_Task item_.
Below are some records. Return exactly the lines from the one with "f 121 120 42" to the one with "f 135 132 115", and nothing else.

··· Data provided

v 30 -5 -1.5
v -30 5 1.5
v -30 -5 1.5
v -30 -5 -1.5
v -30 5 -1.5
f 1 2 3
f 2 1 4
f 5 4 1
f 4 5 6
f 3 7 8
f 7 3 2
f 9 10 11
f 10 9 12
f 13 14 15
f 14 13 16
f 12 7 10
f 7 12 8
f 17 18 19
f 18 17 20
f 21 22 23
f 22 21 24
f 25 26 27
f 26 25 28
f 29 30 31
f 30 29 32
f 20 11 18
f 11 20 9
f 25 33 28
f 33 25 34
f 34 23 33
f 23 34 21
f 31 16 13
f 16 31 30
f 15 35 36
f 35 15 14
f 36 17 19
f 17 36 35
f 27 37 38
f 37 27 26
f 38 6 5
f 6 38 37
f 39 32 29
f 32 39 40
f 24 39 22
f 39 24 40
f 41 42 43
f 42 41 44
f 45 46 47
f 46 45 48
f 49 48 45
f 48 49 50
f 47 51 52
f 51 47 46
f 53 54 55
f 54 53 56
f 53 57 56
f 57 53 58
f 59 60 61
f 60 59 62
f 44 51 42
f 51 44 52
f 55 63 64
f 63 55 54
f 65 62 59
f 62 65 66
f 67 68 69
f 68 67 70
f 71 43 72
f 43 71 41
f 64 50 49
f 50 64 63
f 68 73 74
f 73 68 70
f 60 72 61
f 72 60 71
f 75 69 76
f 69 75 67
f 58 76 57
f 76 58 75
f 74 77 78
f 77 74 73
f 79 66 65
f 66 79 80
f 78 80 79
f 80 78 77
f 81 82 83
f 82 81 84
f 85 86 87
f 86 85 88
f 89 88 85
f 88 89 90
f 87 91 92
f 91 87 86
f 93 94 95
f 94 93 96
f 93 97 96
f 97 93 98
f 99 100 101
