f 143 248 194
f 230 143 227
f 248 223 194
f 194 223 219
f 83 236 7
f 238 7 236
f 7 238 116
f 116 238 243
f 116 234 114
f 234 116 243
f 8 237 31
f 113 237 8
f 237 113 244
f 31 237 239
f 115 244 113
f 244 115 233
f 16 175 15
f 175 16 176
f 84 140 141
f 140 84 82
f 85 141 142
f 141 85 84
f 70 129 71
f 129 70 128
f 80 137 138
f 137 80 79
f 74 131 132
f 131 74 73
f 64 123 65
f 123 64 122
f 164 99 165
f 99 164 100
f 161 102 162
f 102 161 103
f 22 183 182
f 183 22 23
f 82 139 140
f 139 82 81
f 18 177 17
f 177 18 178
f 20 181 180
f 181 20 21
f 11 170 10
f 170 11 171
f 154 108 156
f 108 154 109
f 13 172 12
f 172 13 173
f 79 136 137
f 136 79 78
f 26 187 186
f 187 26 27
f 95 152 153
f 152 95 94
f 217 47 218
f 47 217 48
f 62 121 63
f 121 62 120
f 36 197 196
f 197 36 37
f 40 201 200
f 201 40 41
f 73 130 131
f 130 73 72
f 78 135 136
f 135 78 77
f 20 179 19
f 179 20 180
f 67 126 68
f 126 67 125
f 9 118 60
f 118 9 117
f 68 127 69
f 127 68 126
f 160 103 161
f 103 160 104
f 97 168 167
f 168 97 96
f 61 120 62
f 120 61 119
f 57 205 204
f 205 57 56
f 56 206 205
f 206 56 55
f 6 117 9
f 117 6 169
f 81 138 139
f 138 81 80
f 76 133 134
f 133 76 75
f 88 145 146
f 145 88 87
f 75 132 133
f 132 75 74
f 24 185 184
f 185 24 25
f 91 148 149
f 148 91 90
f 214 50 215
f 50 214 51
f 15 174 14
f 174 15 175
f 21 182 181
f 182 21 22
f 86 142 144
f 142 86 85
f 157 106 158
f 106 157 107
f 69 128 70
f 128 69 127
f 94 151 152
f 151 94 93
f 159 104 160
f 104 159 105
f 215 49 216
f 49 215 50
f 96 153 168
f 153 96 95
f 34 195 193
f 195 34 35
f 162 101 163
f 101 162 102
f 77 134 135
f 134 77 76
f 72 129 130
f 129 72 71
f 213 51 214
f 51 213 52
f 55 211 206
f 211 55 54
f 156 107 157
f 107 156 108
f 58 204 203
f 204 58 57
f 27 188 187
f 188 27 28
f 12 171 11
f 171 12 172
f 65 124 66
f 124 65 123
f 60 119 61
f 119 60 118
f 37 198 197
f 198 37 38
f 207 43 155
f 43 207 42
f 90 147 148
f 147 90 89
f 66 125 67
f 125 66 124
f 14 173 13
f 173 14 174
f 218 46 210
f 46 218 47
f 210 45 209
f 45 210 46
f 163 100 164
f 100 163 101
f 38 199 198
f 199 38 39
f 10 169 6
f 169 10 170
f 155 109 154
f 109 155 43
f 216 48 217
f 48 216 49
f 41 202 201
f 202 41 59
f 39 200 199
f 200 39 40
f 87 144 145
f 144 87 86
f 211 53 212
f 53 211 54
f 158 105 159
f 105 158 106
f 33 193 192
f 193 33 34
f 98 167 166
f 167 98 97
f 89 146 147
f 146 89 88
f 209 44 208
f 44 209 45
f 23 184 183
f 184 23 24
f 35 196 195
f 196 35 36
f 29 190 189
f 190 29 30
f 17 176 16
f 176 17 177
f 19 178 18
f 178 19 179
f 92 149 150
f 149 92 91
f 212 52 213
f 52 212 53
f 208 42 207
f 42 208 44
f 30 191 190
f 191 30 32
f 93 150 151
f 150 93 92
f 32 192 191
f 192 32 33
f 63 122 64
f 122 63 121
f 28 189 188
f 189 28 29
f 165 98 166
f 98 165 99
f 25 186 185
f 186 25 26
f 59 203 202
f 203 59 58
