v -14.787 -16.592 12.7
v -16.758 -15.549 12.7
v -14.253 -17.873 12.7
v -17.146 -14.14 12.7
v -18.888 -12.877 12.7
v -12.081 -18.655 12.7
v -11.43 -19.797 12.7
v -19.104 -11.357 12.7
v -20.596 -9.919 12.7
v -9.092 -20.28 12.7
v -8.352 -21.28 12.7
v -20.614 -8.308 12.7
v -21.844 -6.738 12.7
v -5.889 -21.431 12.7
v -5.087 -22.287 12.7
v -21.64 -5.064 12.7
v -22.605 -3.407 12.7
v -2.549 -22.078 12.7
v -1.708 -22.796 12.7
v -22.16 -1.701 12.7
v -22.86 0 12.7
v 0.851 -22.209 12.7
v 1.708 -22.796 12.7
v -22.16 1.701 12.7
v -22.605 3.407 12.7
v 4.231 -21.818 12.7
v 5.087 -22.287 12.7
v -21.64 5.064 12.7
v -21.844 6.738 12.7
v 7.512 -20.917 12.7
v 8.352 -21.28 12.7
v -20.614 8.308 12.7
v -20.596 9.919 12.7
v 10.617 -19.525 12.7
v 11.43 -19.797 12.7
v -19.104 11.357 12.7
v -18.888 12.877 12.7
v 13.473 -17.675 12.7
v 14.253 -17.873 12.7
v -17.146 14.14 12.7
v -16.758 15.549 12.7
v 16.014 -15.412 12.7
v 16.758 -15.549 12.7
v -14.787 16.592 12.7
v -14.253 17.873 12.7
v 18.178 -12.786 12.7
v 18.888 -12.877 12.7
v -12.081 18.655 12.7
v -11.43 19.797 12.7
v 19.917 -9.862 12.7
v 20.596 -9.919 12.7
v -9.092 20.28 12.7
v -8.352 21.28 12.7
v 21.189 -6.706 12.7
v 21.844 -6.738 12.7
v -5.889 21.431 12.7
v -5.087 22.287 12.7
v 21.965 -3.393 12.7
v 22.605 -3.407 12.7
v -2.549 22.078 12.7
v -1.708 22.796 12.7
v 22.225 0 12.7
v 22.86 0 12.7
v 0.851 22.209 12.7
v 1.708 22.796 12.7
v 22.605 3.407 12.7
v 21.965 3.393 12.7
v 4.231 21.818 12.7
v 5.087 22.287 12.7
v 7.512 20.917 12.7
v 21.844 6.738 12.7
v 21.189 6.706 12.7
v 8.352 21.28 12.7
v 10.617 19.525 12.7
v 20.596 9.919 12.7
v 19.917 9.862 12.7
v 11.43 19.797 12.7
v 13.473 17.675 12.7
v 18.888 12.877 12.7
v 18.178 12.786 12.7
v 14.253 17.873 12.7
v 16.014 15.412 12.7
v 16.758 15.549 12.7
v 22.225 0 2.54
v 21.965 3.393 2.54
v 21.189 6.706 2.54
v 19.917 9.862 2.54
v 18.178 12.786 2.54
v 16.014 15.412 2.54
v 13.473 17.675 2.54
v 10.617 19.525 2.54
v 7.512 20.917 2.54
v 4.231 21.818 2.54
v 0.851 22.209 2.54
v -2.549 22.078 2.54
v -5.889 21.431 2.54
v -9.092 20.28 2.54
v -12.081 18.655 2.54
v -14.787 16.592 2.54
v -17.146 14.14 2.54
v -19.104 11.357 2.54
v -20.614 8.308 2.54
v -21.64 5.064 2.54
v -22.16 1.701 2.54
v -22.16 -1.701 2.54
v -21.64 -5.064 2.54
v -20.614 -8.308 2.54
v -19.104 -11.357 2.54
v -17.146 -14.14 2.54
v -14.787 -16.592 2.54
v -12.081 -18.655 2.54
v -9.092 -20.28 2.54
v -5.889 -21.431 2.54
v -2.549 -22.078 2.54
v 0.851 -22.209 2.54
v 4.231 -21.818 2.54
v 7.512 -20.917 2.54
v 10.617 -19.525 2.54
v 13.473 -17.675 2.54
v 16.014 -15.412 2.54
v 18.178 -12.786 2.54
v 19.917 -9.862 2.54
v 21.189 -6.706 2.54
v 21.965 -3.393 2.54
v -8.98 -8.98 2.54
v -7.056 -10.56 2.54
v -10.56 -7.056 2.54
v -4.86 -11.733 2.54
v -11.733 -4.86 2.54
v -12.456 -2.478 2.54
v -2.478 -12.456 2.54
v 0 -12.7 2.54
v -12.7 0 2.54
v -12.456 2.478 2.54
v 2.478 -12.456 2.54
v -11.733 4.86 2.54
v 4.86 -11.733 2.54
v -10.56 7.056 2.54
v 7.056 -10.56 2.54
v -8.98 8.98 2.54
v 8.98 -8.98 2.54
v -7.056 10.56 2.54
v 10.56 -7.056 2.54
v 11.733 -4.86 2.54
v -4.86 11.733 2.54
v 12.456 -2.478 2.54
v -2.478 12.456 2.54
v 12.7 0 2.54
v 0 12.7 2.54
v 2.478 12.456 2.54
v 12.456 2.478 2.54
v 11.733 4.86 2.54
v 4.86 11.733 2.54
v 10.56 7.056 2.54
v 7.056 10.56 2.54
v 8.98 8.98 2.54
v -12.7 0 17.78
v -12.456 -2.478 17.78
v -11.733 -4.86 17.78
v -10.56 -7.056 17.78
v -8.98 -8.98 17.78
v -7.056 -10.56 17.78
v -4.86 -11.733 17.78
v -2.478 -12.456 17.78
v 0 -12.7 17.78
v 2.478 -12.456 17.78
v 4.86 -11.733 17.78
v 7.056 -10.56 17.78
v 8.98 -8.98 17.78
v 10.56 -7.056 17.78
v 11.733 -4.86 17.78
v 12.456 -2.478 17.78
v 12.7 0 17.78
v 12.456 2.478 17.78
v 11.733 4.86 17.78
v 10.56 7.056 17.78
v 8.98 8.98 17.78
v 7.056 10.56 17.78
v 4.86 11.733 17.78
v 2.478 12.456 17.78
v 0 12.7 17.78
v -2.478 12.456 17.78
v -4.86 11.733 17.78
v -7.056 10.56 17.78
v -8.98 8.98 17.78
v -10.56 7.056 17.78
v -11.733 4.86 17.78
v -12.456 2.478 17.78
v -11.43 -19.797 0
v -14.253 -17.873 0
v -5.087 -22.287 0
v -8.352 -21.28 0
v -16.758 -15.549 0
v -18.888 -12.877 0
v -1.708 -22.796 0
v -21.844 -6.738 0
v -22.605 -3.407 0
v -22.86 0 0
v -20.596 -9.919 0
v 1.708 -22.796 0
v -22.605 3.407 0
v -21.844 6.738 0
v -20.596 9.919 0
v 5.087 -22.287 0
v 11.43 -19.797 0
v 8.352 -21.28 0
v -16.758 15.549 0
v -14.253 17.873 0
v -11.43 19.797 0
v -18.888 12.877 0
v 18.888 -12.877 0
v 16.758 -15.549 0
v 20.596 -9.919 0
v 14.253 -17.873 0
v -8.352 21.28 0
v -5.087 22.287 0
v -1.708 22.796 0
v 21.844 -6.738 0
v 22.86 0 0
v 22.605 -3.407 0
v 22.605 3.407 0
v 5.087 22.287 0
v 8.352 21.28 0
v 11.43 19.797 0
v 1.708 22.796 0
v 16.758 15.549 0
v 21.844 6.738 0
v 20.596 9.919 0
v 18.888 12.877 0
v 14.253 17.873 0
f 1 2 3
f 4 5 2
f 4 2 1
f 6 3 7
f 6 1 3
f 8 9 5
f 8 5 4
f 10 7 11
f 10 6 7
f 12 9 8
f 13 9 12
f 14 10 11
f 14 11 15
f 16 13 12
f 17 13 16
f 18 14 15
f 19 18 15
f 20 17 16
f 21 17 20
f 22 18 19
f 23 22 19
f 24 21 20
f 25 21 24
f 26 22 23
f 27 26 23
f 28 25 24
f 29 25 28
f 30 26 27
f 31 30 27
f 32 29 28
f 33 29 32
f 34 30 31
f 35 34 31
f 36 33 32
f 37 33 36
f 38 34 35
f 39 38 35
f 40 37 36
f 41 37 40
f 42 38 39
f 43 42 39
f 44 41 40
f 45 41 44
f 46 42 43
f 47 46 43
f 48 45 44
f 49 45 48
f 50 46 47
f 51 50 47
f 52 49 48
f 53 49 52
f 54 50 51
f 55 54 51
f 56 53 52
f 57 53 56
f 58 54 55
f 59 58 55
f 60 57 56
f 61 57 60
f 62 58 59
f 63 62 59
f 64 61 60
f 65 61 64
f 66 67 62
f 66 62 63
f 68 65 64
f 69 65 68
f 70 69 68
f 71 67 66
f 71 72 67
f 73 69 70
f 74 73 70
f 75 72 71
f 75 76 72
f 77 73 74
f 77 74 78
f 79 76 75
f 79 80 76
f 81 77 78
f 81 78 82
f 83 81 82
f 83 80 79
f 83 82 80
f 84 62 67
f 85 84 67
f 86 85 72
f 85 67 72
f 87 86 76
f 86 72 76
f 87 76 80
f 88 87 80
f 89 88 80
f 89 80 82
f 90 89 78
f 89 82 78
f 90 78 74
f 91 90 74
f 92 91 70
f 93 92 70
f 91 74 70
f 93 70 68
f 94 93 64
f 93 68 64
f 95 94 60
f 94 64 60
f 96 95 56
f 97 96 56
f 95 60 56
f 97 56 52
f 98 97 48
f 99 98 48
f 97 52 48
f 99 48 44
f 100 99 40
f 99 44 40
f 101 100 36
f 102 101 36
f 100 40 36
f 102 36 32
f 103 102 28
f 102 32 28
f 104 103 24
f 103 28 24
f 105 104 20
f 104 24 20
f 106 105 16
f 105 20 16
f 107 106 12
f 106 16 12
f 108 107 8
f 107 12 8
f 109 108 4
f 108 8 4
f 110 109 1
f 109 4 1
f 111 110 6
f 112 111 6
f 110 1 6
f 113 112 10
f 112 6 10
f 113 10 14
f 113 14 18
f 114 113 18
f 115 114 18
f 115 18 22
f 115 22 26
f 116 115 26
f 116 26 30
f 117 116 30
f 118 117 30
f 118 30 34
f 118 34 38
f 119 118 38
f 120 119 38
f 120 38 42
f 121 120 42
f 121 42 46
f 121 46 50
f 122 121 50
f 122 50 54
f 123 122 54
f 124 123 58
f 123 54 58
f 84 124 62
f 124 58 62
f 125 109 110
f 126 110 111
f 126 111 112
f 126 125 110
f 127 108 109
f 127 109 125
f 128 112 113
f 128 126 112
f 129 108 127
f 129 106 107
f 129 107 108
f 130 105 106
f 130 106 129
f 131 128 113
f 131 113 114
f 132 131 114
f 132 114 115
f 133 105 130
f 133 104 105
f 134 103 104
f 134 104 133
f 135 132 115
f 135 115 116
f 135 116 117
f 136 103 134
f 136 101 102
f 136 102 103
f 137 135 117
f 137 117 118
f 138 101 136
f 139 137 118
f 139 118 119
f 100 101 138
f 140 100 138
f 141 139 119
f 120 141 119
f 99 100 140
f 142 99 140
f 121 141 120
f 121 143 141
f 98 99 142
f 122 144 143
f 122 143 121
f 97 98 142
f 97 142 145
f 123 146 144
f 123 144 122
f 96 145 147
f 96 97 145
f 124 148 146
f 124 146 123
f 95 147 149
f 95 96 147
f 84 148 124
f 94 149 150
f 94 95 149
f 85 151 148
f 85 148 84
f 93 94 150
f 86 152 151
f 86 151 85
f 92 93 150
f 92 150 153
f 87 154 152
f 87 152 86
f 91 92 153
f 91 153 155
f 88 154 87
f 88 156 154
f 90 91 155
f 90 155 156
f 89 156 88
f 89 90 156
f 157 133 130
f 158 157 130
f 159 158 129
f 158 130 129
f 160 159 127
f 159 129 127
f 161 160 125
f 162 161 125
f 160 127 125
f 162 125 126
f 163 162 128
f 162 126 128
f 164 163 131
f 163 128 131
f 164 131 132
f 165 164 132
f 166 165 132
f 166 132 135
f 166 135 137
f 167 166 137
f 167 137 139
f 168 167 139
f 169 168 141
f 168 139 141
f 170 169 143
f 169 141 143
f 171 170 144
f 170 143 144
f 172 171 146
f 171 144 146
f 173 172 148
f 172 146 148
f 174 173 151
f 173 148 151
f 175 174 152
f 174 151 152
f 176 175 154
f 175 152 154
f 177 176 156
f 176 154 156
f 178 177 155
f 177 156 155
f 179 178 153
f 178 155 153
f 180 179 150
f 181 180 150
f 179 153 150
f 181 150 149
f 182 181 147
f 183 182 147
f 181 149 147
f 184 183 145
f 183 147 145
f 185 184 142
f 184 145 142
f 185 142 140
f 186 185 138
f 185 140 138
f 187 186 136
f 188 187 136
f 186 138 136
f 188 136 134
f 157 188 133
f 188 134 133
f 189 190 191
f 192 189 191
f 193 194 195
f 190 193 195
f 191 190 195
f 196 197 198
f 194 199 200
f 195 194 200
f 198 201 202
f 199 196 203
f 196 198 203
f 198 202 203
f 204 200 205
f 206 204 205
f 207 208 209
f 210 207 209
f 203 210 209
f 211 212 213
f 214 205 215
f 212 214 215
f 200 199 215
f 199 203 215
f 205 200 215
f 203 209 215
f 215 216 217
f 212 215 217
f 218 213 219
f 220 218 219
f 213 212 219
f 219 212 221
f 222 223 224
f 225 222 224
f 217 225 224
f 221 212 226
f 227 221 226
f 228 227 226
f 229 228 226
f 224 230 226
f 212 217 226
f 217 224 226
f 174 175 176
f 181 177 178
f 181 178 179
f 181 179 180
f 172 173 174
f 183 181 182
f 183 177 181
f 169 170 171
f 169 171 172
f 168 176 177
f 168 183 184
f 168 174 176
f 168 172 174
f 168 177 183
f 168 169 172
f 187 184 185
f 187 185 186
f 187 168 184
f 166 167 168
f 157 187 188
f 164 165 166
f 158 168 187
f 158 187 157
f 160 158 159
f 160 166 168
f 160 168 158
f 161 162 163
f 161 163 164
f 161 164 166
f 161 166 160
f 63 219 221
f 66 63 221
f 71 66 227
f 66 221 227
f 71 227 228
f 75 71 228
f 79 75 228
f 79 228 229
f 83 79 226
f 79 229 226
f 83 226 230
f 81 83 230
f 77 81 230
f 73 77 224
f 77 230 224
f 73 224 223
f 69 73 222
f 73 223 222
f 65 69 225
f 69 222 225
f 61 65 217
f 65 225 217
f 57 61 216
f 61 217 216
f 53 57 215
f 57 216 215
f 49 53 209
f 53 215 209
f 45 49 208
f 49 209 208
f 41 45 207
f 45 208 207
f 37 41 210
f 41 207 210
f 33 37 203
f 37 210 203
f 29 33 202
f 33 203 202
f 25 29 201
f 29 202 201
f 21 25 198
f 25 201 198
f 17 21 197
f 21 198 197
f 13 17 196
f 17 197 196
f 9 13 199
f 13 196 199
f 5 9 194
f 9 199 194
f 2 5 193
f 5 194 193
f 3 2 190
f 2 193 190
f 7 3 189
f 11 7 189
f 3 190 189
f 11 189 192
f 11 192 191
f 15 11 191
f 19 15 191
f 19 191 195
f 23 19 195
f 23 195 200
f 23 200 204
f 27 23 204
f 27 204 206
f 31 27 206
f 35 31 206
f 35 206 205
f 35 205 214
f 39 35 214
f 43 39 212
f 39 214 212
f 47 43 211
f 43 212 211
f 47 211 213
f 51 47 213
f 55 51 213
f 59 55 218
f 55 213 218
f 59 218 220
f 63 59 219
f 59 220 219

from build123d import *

# Parameters (mm, degrees)
SKETCH1_R           = 22.86
BOSS_EXTRUDE1_DEPTH = 12.7
SKETCH2_R           = 22.225
CUT_EXTRUDE1_DEPTH  = 10.16
SKETCH3_R           = 12.7
BOSS_EXTRUDE2_DEPTH = 15.24


with BuildPart() as part:
    # Sketch1 → Boss-Extrude1 (new body)
    with BuildSketch(Plane.XY):
        Circle(SKETCH1_R)
    extrude(amount=BOSS_EXTRUDE1_DEPTH)

    # Sketch2 → Cut-Extrude1 (cut)
    with BuildSketch(Plane.XY.offset(12.7)):
        Circle(SKETCH2_R)
    extrude(amount=-CUT_EXTRUDE1_DEPTH, mode=Mode.SUBTRACT)

    # Sketch3 → Boss-Extrude2 (add)
    with BuildSketch(Plane.XY.offset(2.54)):
        with Locations(Location((0, 0, 0), (0, 0, 180))):
            Circle(SKETCH3_R)
    extrude(amount=BOSS_EXTRUDE2_DEPTH)


solid = part.part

······

_Exercise solution_.
f 121 120 42
f 121 42 46
f 121 46 50
f 122 121 50
f 122 50 54
f 123 122 54
f 124 123 58
f 123 54 58
f 84 124 62
f 124 58 62
f 125 109 110
f 126 110 111
f 126 111 112
f 126 125 110
f 127 108 109
f 127 109 125
f 128 112 113
f 128 126 112
f 129 108 127
f 129 106 107
f 129 107 108
f 130 105 106
f 130 106 129
f 131 128 113
f 131 113 114
f 132 131 114
f 132 114 115
f 133 105 130
f 133 104 105
f 134 103 104
f 134 104 133
f 135 132 115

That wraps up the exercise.